Mr. Niven said the mailings sent to the Ohio voters came from “the Ohio Blue PAC.” He told The Chronicle he was willing to identify that entity and provide a sample of the postcards it sent, though he hadn’t done so after several days of reminders. His 24-page report to the San Francisco conference did not note that any outside partner was involved.
The question of third-party involvement is critical, Mr. Desposato said. It makes the difference between normal political actors with a “legitimate interest” in affecting a political outcome and a researcher intervening in politics solely for the purpose of studying it, he said.
For now, researchers such as Mr. Niven are caught in a bit of a dilemma. His intervention was so small it didn’t appear to have affected the outcome for either Ms. McNeil Danish or Mr. Mingo. But as a result, Mr. Krosnick said, it’s difficult for him to make broad claims about the wider applicability of his findings. A larger intervention, however, would have raised the risk of actually affecting the election’s outcome.

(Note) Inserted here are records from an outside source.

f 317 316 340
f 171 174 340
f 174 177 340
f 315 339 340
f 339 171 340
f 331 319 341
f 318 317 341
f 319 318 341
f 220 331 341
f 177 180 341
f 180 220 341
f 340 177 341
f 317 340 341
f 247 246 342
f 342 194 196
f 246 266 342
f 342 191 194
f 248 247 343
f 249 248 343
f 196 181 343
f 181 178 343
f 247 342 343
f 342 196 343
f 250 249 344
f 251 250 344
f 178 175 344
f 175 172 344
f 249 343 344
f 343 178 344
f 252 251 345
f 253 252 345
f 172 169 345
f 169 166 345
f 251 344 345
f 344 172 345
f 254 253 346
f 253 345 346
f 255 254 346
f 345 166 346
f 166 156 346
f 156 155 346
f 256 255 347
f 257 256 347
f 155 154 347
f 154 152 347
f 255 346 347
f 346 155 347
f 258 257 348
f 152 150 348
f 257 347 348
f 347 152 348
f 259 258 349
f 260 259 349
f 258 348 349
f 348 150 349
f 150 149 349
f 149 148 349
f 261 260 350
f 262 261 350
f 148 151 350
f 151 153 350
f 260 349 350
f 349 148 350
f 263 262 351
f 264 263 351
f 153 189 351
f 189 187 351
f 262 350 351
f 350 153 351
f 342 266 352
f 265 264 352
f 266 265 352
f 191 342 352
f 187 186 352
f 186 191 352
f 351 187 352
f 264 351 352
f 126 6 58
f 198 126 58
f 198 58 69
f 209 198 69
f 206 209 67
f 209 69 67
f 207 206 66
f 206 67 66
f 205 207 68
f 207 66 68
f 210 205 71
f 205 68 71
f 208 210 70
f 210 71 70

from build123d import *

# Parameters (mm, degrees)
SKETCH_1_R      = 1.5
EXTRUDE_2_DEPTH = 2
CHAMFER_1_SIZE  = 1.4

Mr. Linke said he would have liked the Cincinnati review board to have helped Mr. Niven with that determination. In the future, however the federal government finalizes its proposed changes in the Common Rule, he said, social scientists need somebody — on a review board, in their department, or elsewhere — to provide them with outside ethical analysis.

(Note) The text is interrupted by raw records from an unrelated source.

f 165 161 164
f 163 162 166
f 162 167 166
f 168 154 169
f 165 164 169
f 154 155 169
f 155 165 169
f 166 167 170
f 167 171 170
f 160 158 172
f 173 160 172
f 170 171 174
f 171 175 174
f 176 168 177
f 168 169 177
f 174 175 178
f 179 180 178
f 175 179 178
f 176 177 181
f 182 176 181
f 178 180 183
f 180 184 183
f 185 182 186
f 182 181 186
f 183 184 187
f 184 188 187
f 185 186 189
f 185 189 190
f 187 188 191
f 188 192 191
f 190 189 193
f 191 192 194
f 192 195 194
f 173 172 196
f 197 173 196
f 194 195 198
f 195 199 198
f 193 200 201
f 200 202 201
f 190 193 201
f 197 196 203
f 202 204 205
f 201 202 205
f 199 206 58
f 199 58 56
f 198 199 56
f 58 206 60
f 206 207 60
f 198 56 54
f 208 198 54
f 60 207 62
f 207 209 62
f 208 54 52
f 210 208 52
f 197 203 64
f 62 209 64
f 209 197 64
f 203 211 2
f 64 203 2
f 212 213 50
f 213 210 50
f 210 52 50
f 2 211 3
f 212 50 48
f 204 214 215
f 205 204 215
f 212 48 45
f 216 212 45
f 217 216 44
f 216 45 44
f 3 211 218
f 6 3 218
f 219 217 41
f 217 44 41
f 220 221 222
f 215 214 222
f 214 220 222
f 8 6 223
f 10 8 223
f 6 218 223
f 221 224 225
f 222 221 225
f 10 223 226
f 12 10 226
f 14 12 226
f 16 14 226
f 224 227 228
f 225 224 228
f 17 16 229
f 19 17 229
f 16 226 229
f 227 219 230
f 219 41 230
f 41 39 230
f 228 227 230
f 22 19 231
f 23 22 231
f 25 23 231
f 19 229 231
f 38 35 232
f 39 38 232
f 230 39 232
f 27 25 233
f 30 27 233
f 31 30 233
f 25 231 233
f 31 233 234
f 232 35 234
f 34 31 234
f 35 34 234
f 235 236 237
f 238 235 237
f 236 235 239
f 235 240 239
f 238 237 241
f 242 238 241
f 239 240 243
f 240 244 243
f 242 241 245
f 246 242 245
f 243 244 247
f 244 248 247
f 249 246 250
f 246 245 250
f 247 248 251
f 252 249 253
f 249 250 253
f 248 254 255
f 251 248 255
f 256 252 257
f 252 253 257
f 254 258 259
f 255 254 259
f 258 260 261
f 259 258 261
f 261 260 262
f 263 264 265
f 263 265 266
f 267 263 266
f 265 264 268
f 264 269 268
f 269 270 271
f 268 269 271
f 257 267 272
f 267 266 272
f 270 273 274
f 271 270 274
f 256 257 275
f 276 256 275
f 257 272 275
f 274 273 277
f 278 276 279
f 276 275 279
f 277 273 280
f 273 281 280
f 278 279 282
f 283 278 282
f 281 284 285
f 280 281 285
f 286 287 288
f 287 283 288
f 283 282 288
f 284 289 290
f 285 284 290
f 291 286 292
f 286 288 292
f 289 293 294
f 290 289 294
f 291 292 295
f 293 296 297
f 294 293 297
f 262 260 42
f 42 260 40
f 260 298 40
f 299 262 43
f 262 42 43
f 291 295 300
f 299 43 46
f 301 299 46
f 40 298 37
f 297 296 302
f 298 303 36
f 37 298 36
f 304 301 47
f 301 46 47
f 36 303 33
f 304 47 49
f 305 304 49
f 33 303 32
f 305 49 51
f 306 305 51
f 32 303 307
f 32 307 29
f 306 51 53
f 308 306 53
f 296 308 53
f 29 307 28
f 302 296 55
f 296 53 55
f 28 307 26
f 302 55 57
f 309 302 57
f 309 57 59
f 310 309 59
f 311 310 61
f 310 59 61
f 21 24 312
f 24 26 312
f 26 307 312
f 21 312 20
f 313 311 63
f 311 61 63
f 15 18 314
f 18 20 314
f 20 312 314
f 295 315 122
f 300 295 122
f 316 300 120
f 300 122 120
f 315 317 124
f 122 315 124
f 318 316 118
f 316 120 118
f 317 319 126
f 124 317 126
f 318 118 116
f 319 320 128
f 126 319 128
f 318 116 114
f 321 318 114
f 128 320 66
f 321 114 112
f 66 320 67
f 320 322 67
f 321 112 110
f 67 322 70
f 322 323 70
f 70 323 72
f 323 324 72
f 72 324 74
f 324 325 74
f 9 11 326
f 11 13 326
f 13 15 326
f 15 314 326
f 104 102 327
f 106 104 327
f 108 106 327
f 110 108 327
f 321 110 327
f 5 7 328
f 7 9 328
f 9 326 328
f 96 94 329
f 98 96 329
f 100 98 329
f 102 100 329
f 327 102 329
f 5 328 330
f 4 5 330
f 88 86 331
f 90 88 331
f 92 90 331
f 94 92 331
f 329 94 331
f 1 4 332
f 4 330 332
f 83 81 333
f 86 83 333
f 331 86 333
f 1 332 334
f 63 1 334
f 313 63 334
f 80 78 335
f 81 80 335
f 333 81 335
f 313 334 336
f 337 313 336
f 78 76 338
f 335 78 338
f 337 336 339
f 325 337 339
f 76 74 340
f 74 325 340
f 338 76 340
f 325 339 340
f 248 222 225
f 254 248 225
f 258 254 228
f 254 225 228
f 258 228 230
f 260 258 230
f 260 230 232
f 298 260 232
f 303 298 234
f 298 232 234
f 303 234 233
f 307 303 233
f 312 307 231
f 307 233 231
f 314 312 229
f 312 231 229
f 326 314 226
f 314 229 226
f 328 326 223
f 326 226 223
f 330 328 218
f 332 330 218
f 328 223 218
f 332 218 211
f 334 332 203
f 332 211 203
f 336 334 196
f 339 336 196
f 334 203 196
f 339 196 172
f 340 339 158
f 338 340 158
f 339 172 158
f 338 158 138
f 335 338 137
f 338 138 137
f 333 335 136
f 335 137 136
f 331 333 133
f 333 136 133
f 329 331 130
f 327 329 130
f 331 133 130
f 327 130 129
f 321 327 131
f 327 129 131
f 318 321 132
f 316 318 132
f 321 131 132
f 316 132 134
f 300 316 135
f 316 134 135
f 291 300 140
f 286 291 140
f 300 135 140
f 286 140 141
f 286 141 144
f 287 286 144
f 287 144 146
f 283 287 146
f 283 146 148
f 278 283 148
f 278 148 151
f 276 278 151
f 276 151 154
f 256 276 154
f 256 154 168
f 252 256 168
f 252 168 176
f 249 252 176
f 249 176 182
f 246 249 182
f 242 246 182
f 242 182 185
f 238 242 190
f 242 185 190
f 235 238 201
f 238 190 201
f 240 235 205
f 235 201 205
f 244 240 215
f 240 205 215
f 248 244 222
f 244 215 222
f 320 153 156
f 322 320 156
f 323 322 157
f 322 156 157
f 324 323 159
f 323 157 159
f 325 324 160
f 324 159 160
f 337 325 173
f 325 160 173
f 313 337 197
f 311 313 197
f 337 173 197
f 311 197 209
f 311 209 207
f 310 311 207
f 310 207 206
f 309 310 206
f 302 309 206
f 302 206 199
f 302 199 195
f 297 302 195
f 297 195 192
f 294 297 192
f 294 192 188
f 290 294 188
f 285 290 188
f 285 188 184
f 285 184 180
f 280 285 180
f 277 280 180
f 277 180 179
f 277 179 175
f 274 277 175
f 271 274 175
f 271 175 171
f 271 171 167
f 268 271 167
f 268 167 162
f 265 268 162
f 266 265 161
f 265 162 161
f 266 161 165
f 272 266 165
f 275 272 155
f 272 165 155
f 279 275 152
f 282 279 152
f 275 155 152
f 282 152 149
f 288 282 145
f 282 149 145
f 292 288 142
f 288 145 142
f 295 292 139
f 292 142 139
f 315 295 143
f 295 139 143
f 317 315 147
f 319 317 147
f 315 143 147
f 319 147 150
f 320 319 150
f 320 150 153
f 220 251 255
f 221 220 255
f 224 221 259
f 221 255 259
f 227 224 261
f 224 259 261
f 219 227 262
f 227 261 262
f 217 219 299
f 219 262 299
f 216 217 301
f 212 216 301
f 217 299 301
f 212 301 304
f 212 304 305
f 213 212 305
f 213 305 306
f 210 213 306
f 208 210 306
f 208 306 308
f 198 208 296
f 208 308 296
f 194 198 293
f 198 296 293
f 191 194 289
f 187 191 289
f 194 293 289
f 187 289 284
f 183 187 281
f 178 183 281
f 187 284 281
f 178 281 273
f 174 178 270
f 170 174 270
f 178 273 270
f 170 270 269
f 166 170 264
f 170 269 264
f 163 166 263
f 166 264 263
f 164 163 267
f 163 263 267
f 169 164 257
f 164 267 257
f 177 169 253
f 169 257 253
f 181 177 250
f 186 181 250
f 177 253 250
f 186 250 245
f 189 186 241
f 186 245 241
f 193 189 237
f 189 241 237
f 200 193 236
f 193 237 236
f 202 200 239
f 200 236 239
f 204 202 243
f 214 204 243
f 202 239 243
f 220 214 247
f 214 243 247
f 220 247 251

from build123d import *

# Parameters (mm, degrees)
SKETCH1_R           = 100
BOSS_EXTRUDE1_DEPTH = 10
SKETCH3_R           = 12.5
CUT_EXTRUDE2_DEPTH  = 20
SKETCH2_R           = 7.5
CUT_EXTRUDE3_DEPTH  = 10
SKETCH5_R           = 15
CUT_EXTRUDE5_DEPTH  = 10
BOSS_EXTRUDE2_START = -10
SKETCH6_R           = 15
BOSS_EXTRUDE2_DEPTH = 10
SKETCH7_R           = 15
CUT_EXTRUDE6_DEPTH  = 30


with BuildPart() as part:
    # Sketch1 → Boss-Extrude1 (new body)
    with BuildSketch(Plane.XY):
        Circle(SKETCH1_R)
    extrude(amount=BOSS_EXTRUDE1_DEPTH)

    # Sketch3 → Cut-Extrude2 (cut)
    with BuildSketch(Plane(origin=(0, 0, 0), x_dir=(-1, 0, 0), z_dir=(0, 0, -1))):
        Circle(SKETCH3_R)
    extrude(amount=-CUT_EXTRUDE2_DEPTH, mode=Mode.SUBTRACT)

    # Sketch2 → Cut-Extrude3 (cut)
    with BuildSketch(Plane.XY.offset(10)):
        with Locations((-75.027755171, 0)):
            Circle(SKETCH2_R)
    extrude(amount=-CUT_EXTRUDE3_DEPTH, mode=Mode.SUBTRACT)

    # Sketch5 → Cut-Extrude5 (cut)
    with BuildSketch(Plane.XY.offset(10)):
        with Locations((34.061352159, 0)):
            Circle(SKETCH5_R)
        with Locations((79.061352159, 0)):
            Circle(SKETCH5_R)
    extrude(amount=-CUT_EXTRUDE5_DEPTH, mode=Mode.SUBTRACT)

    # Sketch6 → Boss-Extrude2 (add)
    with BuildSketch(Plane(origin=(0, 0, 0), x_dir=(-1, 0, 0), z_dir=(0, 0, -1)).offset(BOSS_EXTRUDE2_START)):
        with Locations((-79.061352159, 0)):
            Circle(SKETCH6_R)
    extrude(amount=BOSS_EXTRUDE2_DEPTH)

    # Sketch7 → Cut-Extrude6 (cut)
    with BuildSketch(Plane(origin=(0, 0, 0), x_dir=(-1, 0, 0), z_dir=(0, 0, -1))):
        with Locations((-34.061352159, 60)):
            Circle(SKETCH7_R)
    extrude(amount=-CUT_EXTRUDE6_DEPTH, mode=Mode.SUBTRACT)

Representatives of the nation’s institutional review boards, due to gather in November for the annual meeting of the Public Responsibility in Medicine and Research group, are keenly aware of the need to act, Mr. Linke said. Ethical norms for social scientists after the Common Rule revision should be a “hot topic of conversation then,” he said.
Paul Basken covers university research and its intersection with government policy. He can be found on Twitter @pbasken, or reached by email at paul.basken@chronicle.com.
Correction (9/14/2015, 1:57 p.m.): This article originally misstated the professorial rank of Costas Panagopoulos, a political scientist at Fordham University. He is a full professor, not an assistant professor. The article has been updated to reflect this correction.